Article publié dans l'Orient-Le Jour concernant le Colloque qui a eu lieu le 3 décembre 2009. Un colloque sur la femme et la religion à Paris au Sénat à l’heure
des grands débats
Par Carole DAGHER | mardi, décembre 8,
2009
Les questions sont brûlantes d'actualité :
comment restreindre la pratique religieuse à la sphère privée et éviter que la
liberté de religion ne trouble l'ordre public, surtout dans un pays comme
la France où le principe de laïcité est le socle fondateur de la République ?
Quel est le rôle de la femme dans l'éducation à la citoyenneté, comment
peut-elle contribuer à moderniser les codes de la famille (mariage,
successions...), en particulier dans les pays du sud de la Méditerranée ?
Dans quelle mesure les femmes peuvent-elles être des agents de modernité au sein
des communautés immigrées en France, comme au sein de leurs sociétés respectives
dans leurs pays d'origine ? Des
interrogations essentielles auxquelles se sont appliqués à répondre les
intervenants au colloque « Dialogue interreligieux et société, quel
rôle pour la femme ? », organisé au Sénat par la dynamique présidente
de l'ADICR (Association du Dialogue InterCulturel et Inter-Religieux),
Samar Sassine, en partenariat avec le groupe interparlementaire
d'amitié France-Liban, présidé par le sénateur Adrien Gouteyron. Alors que « l'affaire des minarets » semble faire boule
de neige en France, après la Suisse, et que le débat sur l'identité nationale
bat son plein, sous l'impulsion du gouvernement français, ce colloque tombe à
point. En effet, la transformation de la société européenne, en général, et
française, en particulier, induite par la présence de plus en plus forte et
active de communautés issues de l'immigration, qui revendiquent leur
appartenance religieuse et l'affirmation de la place de l'islam dans la vie
publique, cette transformation entraîne une nouvelle réflexion sur la laïcité en
France et sur la place du religieux dans la sphère publique. Après
l'allocution d'ouverture de M. Gouteyron, qui a souligné combien il était
nécessaire de multiplier ce genre d'échanges « si nous voulons créer un
espace méditerranéen cohérent où la confiance et le dialogue remplacent la
méfiance et la violence », trois tables rondes se sont tenues
successivement, en présence notamment de l'ambassadrice du Liban auprès de
l'Unesco, Mme Sylvie Fadlallah, et de l'ancien ministre Pierre Joxe.
Femmes et citoyenneté
Les travaux de la première
session, animés par Nassif Hitti, ambassadeur de la Ligue arabe à Paris, se sont
ouverts sur un message de soutien de Mme Irina Bokova, directrice générale de
l'Unesco, lu par Mme Sassine, dans lequel Mme Bokova annonçait que 2010 serait
l'année internationale du rapprochement des cultures, dans le but de promouvoir
la tolérance et la réconciliation.
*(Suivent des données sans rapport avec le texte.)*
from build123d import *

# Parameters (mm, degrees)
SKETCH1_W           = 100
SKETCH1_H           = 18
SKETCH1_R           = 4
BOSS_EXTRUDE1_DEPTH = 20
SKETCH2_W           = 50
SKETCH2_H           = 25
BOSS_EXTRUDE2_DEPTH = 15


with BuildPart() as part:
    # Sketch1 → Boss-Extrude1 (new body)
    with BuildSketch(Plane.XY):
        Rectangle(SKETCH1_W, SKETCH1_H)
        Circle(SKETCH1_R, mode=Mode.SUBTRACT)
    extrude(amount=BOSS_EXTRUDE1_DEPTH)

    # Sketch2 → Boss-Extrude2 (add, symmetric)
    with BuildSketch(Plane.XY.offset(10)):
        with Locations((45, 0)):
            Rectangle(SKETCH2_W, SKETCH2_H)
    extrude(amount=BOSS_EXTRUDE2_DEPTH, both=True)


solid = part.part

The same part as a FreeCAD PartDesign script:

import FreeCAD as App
import Part
import Sketcher
from FreeCAD import Vector

doc = App.newDocument("Part")
params = doc.addObject("Spreadsheet::Sheet", "Params")
for row, (alias, value) in enumerate([
    ("sketch1_diameter", "8 mm"),
    ("sketch1_width", "100 mm"),
    ("sketch1_height", "18 mm"),
    ("pad1_length", "20 mm"),
    ("sketch2_width", "50 mm"),
    ("sketch2_height", "25 mm"),
    ("pad2_length", "30 mm"),
], start=1):
    params.set(f"A{row}", alias)
    params.set(f"B{row}", "=" + value)
    params.setAlias(f"B{row}", alias)

body = doc.addObject("PartDesign::Body", "Body")

sketch1 = body.newObject("Sketcher::SketchObject", "Sketch")
sketch1.AttachmentSupport = (doc.getObject("XY_Plane"), [""])
sketch1.MapMode = "FlatFace"
sketch1.addGeometry([
    Part.LineSegment(Vector(-50, 9, 0), Vector(-50, -9, 0)),
    Part.LineSegment(Vector(-50, -9, 0), Vector(50, -9, 0)),
    Part.LineSegment(Vector(50, -9, 0), Vector(50, 9, 0)),
    Part.LineSegment(Vector(50, 9, 0), Vector(-50, 9, 0)),
    Part.Circle(Vector(0, 0, 0), Vector(0, 0, 1), 4),
], False)
sketch1.addConstraint([
    Sketcher.Constraint("Coincident", 0, 2, 1, 1),
    Sketcher.Constraint("Coincident", 1, 2, 2, 1),
    Sketcher.Constraint("Coincident", 2, 2, 3, 1),
    Sketcher.Constraint("Coincident", 3, 2, 0, 1),
    Sketcher.Constraint("Vertical", 0),
    Sketcher.Constraint("Horizontal", 1),
    Sketcher.Constraint("Vertical", 2),
    Sketcher.Constraint("Horizontal", 3),
    Sketcher.Constraint("Coincident", 4, 3, -1, 1),
    Sketcher.Constraint("Symmetric", 0, 2, 2, 2, -1, 1),
    Sketcher.Constraint("Diameter", 4, 8.0),
    Sketcher.Constraint("DistanceX", 1, 1, 1, 2, 100.0),
    Sketcher.Constraint("DistanceY", 0, 2, 0, 1, 18.0),
])
sketch1.setExpression("Constraints[10]", "Params.sketch1_diameter")
sketch1.setExpression("Constraints[11]", "Params.sketch1_width")
sketch1.setExpression("Constraints[12]", "Params.sketch1_height")
pad1 = body.newObject("PartDesign::Pad", "Pad")
pad1.Profile = sketch1
pad1.setExpression("Length", "Params.pad1_length")

sketch2 = body.newObject("Sketcher::SketchObject", "Sketch001")
sketch2.AttachmentSupport = (doc.getObject("XY_Plane"), [""])
sketch2.MapMode = "FlatFace"
sketch2.AttachmentOffset = App.Placement(Vector(0, 0, 10), App.Rotation())
sketch2.addGeometry([
    Part.LineSegment(Vector(20, 12, 0), Vector(20, -12, 0)),
    Part.LineSegment(Vector(20, -12, 0), Vector(70, -12, 0)),
    Part.LineSegment(Vector(70, -12, 0), Vector(70, 12, 0)),
    Part.LineSegment(Vector(70, 12, 0), Vector(20, 12, 0)),
], False)
sketch2.addConstraint([
    Sketcher.Constraint("Coincident", 0, 2, 1, 1),
    Sketcher.Constraint("Coincident", 1, 2, 2, 1),
    Sketcher.Constraint("Coincident", 2, 2, 3, 1),
    Sketcher.Constraint("Coincident", 3, 2, 0, 1),
    Sketcher.Constraint("Vertical", 0),
    Sketcher.Constraint("Horizontal", 1),
    Sketcher.Constraint("Vertical", 2),
    Sketcher.Constraint("Horizontal", 3),
    Sketcher.Constraint("DistanceX", 1, 1, 1, 2, 50.0),
    Sketcher.Constraint("DistanceY", 0, 2, 0, 1, 25.0),
    Sketcher.Constraint("DistanceX", -1, 1, 0, 2, 20.0),
    Sketcher.Constraint("DistanceY", 0, 2, -1, 1, 12.5),
])
sketch2.setExpression("Constraints[8]", "Params.sketch2_width")
sketch2.setExpression("Constraints[9]", "Params.sketch2_height")
pad2 = body.newObject("PartDesign::Pad", "Pad001")
pad2.Profile = sketch2
pad2.setExpression("Length", "Params.pad2_length")
pad2.Midplane = True

doc.recompute()
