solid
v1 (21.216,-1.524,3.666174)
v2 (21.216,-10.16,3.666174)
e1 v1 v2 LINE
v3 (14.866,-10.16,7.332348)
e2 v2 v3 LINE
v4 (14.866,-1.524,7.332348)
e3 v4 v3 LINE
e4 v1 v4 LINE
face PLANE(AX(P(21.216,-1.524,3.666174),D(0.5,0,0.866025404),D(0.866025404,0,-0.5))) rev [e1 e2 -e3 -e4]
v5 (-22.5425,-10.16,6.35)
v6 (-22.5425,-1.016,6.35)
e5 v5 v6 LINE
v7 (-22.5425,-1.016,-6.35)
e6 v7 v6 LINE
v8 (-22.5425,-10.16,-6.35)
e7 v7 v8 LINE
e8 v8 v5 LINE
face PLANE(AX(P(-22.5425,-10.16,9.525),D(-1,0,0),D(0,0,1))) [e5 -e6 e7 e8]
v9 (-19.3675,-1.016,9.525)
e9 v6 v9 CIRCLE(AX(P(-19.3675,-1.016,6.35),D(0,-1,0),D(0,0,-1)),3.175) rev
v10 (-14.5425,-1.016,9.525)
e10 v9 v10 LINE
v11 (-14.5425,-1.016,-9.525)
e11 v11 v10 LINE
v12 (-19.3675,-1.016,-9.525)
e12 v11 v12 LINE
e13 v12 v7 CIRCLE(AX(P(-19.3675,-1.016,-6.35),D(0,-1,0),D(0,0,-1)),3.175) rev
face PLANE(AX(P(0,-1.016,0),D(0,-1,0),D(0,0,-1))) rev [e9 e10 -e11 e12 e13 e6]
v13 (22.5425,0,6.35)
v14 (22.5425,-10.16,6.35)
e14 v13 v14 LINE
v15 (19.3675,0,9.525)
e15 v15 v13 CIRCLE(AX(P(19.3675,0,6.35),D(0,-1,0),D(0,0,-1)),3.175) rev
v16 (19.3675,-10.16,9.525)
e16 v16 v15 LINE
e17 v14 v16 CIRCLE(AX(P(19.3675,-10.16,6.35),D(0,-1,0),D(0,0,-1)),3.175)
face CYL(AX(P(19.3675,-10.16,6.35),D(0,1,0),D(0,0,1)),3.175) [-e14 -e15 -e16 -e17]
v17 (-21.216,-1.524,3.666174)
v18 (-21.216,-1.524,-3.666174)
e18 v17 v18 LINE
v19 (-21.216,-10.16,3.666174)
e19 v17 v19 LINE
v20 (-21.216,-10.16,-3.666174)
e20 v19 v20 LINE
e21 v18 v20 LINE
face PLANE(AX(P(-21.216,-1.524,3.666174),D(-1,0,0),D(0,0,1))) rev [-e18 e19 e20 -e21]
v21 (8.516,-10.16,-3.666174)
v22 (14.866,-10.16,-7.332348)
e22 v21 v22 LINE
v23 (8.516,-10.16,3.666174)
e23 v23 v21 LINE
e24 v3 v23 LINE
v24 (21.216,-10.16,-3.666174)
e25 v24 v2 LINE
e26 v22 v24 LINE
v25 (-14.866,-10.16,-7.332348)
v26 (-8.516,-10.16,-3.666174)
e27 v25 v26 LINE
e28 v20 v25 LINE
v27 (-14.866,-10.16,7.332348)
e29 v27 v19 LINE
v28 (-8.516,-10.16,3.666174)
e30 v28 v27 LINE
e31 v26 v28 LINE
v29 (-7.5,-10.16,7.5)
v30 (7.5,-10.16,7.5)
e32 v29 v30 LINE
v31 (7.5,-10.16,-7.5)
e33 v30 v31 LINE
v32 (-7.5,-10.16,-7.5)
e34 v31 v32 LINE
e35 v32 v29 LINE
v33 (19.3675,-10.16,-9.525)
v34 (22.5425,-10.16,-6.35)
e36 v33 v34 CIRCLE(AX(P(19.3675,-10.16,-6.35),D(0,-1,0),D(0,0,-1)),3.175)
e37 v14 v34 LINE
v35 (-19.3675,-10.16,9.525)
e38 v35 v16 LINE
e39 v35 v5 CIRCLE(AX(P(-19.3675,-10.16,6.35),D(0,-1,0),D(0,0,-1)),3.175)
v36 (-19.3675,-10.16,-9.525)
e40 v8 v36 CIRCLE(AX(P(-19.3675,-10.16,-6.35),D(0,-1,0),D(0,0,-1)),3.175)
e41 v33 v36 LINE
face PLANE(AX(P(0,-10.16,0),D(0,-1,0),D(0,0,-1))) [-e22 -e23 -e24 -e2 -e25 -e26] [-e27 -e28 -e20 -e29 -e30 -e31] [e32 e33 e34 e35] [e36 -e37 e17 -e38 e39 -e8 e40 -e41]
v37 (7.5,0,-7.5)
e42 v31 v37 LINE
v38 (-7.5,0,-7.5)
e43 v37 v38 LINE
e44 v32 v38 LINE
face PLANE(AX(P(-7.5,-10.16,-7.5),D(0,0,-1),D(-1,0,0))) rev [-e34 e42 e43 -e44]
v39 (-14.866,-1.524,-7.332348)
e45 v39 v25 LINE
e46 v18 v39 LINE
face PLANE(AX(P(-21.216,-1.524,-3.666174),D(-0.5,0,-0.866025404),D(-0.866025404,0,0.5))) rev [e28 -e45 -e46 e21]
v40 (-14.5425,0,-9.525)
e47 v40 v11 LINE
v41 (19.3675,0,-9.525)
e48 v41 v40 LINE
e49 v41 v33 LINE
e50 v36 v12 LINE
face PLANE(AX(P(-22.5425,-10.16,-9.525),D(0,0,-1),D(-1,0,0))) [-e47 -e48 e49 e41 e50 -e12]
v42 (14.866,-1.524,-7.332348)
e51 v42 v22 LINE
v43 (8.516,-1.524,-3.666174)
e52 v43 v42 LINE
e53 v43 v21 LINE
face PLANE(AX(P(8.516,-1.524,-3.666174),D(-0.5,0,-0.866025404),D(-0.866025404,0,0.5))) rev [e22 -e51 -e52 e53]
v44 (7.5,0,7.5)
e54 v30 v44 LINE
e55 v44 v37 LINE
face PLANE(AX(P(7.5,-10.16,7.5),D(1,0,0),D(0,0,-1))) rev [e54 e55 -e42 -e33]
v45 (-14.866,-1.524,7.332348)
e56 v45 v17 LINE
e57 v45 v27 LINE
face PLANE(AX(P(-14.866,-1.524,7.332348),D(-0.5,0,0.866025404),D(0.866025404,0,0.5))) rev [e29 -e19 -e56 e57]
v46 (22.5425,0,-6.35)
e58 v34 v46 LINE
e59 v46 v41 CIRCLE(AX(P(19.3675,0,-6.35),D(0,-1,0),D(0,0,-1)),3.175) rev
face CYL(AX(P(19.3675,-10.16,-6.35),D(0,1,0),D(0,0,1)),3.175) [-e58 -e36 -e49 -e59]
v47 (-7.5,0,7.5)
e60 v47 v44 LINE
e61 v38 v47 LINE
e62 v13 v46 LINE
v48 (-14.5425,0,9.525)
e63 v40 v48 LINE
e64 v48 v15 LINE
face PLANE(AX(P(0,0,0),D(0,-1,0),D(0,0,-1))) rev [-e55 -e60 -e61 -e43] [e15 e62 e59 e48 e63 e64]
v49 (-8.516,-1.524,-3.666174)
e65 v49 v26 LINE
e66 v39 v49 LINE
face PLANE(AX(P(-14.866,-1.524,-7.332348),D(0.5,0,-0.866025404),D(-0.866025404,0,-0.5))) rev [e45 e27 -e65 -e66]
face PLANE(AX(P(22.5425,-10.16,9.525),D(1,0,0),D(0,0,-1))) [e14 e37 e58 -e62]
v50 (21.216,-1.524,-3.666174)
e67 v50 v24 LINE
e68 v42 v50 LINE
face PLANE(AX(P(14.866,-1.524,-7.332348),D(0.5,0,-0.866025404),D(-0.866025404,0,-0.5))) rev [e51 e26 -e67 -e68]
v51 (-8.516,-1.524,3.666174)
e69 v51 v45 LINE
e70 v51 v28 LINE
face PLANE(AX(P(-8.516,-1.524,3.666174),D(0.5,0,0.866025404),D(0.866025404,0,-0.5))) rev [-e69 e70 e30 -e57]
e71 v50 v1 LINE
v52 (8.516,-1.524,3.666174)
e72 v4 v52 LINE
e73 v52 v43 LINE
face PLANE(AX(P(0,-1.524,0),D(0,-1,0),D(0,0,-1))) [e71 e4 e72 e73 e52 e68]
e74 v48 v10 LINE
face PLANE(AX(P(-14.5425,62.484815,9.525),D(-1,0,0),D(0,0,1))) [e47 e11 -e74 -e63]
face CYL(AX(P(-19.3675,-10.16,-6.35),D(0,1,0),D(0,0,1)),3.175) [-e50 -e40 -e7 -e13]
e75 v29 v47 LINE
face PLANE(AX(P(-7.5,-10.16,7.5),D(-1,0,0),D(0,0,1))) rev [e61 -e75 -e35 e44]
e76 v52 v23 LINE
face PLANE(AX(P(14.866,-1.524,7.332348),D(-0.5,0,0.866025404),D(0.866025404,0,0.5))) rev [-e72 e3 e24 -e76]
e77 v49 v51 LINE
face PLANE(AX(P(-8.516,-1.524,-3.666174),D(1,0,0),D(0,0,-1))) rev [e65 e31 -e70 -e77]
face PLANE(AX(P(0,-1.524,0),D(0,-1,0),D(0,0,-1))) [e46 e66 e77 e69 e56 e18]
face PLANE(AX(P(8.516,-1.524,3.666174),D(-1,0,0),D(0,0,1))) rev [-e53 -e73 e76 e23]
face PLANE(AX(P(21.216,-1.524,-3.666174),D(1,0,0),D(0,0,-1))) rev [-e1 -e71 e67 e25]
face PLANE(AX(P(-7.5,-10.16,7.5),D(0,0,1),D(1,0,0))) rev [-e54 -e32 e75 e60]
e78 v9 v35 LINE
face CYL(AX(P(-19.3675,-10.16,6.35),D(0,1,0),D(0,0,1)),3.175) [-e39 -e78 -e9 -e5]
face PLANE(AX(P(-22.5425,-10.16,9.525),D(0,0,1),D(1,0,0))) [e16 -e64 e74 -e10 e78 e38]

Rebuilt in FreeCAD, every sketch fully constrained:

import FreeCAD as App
import Part
import Sketcher
from FreeCAD import Vector
Q = App.Units.Quantity


def edges_at(feature, points):
    """Names of the edges that pass closest to the given points."""
    edges = feature.Shape.Edges
    near = lambda p: min(range(len(edges)), key=lambda i: edges[i].distToShape(Part.Vertex(*p))[0])
    return sorted({f"Edge{near(p) + 1}" for p in points})

doc = App.newDocument("Part")
body = doc.addObject("PartDesign::Body", "Body")

# Sketch on XZ plane
sketch1 = body.newObject("Sketcher::SketchObject", "Sketch")
sketch1.AttachmentSupport = (doc.getObject("XZ_Plane"), [""])
sketch1.MapMode = "FlatFace"
sketch1.addGeometry([
    Part.LineSegment(Vector(-22.5425, -9.525, 0), Vector(-22.5425, 9.525, 0)),
    Part.LineSegment(Vector(-22.5425, 9.525, 0), Vector(22.5425, 9.525, 0)),
    Part.LineSegment(Vector(22.5425, 9.525, 0), Vector(22.5425, -9.525, 0)),
    Part.LineSegment(Vector(22.5425, -9.525, 0), Vector(-22.5425, -9.525, 0)),
], False)
sketch1.addConstraint([
    Sketcher.Constraint("Coincident", 0, 2, 1, 1),
    Sketcher.Constraint("Coincident", 1, 2, 2, 1),
    Sketcher.Constraint("Coincident", 2, 2, 3, 1),
    Sketcher.Constraint("Coincident", 3, 2, 0, 1),
    Sketcher.Constraint("Vertical", 0),
    Sketcher.Constraint("Horizontal", 1),
    Sketcher.Constraint("Vertical", 2),
    Sketcher.Constraint("Horizontal", 3),
    Sketcher.Constraint("Symmetric", 0, 2, 2, 2, -1, 1),
    Sketcher.Constraint("DistanceY", 0, 1, 0, 2, Q("0.75 in")),
    Sketcher.Constraint("DistanceX", 1, 1, 1, 2, Q("1.775 in")),
])
pad1 = body.newObject("PartDesign::Pad", "Pad")
pad1.Profile = sketch1
pad1.Length = Q("0.4 in")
Elle devait mettre l'accent sur l'égalité des
sexes, condition sine qua non pour le développement, et sur l'importance de
lutter contre l'illettrisme qui affecte particulièrement les femmes à travers le
monde. La question de l'inégalité hommes-femmes devait d'ailleurs figurer
pour une grande part dans les interventions des participants au panel, en
particulier de Mme Mona Safadi, présidente de la Fondation Safadi, venue
spécialement du Liban pour participer au colloque. Soulignant que le combat de
la femme pour l'accès à une pleine citoyenneté est rendu difficile dans un
système où les communautés religieuses ont une mainmise sur le statut personnel,
et où la femme est encore victime de nombreuses inégalités (en matière
successorale, dans la transmission de la nationalité de la mère aux enfants, les
crimes d'honneur, etc), Mme Safadi devait rendre hommage au rôle des
associations des droits de la femme au Liban, et mettre en relief quelques
avancées récentes dans le redressement de certaines inégalités, comme la récente
élection d'une femme à la tête de l'ordre des avocats. À sa suite, Mr Alain
Barreau, directeur du Bureau d'information de la France au Parlement européen, a
déclaré que « la question de l'inégalité hommes-femmes n'est pas terminée
en Europe même », malgré la stratégie des quotas et de la parité, et que la
crise économique révèle davantage ces disparités, notamment en ce qui concerne
l'emploi, les femmes étant davantage touchées que les hommes par le chômage. Il
a souligné l'importance des échanges interparlementaires et intergouvernementaux
pour faire avancer la cause de la femme et appliquer les directives
européennes. Enfin, Mme Élisabeth Tomé, répercutant le message de Xavier
Darcos, ministre du Travail et de la Famille, devait annoncer qu'une Fondation
des femmes pour la Méditerranée verra le jour en 2010, afin d'aider les femmes à
mettre en œuvre et financer des projets et les inciter à jouer un plus grand
rôle, car « l'ouverture aux femmes et leur participation en dit plus long
sur l'évolution d'une société que bien des indicateurs
économiques ».
Codes de la famille et
laïcité
Animée par Nathalie Pilhes, responsable Femmes au sein de
l'Union pour la Méditerranée à la présidence de la République, la deuxième table
ronde regroupait la sénatrice Christiane Kammermann, représentant les Français
établis hors de France, le professeur Salim Jahel (Paris II), Mme Aïcha
Ansar-Rachidi, avocate, et Mme Asma Guénifi, militante associative, qui ont
respectivement traité de la question délicate de l'évolution du droit de la
famille en France, dans l'islam, au Maroc et en Algérie. Soulignant la mutation
progressive du droit vers une plus grande égalité des femmes en France, Mme
Kammermann a relevé que la politique du gouvernement a pour objectif de
« faire coïncider égalité de droit et égalité réelle », la réalité
étant bien souvent éloignée de la parité souhaitée, notamment en matière
économique. Et de relever aussi la violence faite aux femmes dans les pays qui
se distinguent par une société patriarcale déniant les droits des femmes.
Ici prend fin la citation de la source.